Harry vond Klare heel erg traag van begrip; de vreemdeling was naar Harry's idee maar al te duidelijk, vooral omdat hij in zijn ene hand een toverstok hield en in de andere een kort en nogal bloederig mes.
'Jij begrijpt hem vast wel, Harry?' vroeg Perkamentus zacht.
'Ja, natuurlijk,' zei Harry enigszins verbouwereerd. 'Waarom kan Klare - ?'
Maar toen gleed zijn blik weer naar de dode slang op de deur en begreep hij het plotseling.
'Gebruikt hij Sisselspraak?'
'Goed zo,' zei Perkamentus knikkend.
De in lompen gehulde man kwam langzaam op Klare af met zijn toverstok en mes in de aanslag.

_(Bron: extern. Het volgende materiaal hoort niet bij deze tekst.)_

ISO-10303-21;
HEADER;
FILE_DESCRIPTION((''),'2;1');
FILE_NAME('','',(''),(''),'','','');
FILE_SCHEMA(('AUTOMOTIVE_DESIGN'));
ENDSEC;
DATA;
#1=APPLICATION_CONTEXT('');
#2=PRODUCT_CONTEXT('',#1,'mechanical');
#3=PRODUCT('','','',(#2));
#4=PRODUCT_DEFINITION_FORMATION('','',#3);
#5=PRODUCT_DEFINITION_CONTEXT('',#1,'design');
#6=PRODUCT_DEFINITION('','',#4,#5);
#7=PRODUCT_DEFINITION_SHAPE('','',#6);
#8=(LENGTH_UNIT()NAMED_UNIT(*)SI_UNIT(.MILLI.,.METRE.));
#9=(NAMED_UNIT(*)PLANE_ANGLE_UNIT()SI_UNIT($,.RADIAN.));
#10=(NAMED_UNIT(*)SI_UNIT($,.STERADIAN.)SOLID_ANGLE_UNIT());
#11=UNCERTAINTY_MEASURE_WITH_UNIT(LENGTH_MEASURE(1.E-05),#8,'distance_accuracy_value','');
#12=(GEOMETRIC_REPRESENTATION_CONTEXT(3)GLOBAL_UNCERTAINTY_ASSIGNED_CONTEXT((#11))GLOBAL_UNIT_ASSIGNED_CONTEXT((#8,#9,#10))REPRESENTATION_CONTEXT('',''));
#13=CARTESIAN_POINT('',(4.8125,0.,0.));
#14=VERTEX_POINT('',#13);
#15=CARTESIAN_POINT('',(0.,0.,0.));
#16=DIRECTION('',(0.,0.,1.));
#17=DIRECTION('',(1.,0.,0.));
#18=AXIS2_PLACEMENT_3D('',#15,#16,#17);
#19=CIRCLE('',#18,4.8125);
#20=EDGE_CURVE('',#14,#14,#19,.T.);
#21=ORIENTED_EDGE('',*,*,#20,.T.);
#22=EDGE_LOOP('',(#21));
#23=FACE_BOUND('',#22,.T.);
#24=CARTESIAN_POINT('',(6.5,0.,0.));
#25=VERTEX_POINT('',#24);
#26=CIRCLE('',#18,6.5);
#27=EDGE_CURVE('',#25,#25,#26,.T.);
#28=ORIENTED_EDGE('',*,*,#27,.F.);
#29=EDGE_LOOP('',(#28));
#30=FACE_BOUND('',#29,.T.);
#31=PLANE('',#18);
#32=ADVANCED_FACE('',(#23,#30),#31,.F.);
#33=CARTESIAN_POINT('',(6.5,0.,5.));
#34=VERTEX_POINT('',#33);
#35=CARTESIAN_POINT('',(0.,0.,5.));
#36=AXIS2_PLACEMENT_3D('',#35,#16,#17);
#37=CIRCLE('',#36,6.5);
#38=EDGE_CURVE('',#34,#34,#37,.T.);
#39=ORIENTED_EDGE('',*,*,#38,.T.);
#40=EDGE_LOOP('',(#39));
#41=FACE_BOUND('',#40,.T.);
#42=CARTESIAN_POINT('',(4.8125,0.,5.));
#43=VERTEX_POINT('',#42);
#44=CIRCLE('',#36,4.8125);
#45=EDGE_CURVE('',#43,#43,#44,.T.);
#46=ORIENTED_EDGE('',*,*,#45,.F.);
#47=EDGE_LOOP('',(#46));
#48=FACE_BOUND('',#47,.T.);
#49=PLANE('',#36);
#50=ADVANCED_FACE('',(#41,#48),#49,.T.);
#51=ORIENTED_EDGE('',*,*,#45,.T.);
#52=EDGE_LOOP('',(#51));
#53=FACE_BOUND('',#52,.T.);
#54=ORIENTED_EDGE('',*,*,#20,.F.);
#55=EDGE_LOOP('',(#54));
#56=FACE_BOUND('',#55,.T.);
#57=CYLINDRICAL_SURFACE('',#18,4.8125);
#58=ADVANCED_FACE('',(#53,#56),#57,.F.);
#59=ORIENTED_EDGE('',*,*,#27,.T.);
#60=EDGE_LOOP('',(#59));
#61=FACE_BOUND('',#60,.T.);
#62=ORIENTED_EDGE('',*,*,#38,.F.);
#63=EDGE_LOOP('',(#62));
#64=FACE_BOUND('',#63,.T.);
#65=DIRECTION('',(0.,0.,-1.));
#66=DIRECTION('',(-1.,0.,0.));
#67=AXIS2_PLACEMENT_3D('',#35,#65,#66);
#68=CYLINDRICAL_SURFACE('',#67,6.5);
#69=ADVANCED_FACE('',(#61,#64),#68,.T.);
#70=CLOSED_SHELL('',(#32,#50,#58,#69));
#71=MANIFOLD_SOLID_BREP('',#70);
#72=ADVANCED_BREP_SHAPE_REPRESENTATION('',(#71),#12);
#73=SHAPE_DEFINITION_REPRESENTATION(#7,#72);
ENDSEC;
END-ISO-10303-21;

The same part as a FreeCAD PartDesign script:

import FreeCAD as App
import Part
import Sketcher
from FreeCAD import Vector

doc = App.newDocument("Part")
body = doc.addObject("PartDesign::Body", "Body")

# Sketch on XY plane
sketch1 = doc.addObject("Sketcher::SketchObject", "Sketch")
body.addObject(sketch1)
sketch1.AttachmentSupport = (doc.XY_Plane, [""])
sketch1.MapMode = "FlatFace"
sketch1.addGeometry(Part.Circle(Vector(0, 0, 0), Vector(0, 0, 1), 6), False)
sketch1.addConstraint(Sketcher.Constraint("Coincident", 0, 3, -1, 1))
sketch1.addConstraint(Sketcher.Constraint("Diameter", 0, 13.0))
pad1 = doc.addObject("PartDesign::Pad", "Pad")
body.addObject(pad1)
pad1.Profile = sketch1
pad1.Length = 5

# Sketch on XY plane
sketch2 = doc.addObject("Sketcher::SketchObject", "Sketch001")
body.addObject(sketch2)
sketch2.AttachmentSupport = (doc.XY_Plane, [""])
sketch2.MapMode = "FlatFace"
sketch2.AttachmentOffset = App.Placement(Vector(0, 0, 5), App.Rotation())
sketch2.addGeometry(Part.Circle(Vector(0, 0, 0), Vector(0, 0, 1), 4.8), False)
sketch2.addConstraint(Sketcher.Constraint("Coincident", 0, 3, -1, 1))
sketch2.addConstraint(Sketcher.Constraint("Diameter", 0, 9.625))
pocket1 = doc.addObject("PartDesign::Pocket", "Pocket")
body.addObject(pocket1)
pocket1.Profile = sketch2
pocket1.Length = 5

doc.recompute()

'Hoor eens even - ' begon Klare maar hij was te laat: er klonk een knal en Klare lag plotseling op de grond, met zijn handen tegen zijn neus gedrukt, terwijl een onaangename, geelachtige drab tussen zijn vingers door spoot.
'Morfin!' riep iemand.
Een oudere man kwam haastig naar buiten; hij sloeg de deur met een klap achter zich dicht, zodat de dode slang treurig heen en weer zwaaide. Deze man was kleiner dan de eerste en merkwaardig gebouwd: zijn schouders waren heel breed en zijn armen onnatuurlijk lang. Samen met zijn helderbruine ogen, zijn korte, borstelige haar en gerimpelde gezicht zag hij eruit als een sterke oude aap. Hij bleef staan naast de man met het mes, die hees lachte bij de aanblik van Klare die languit op de grond lag.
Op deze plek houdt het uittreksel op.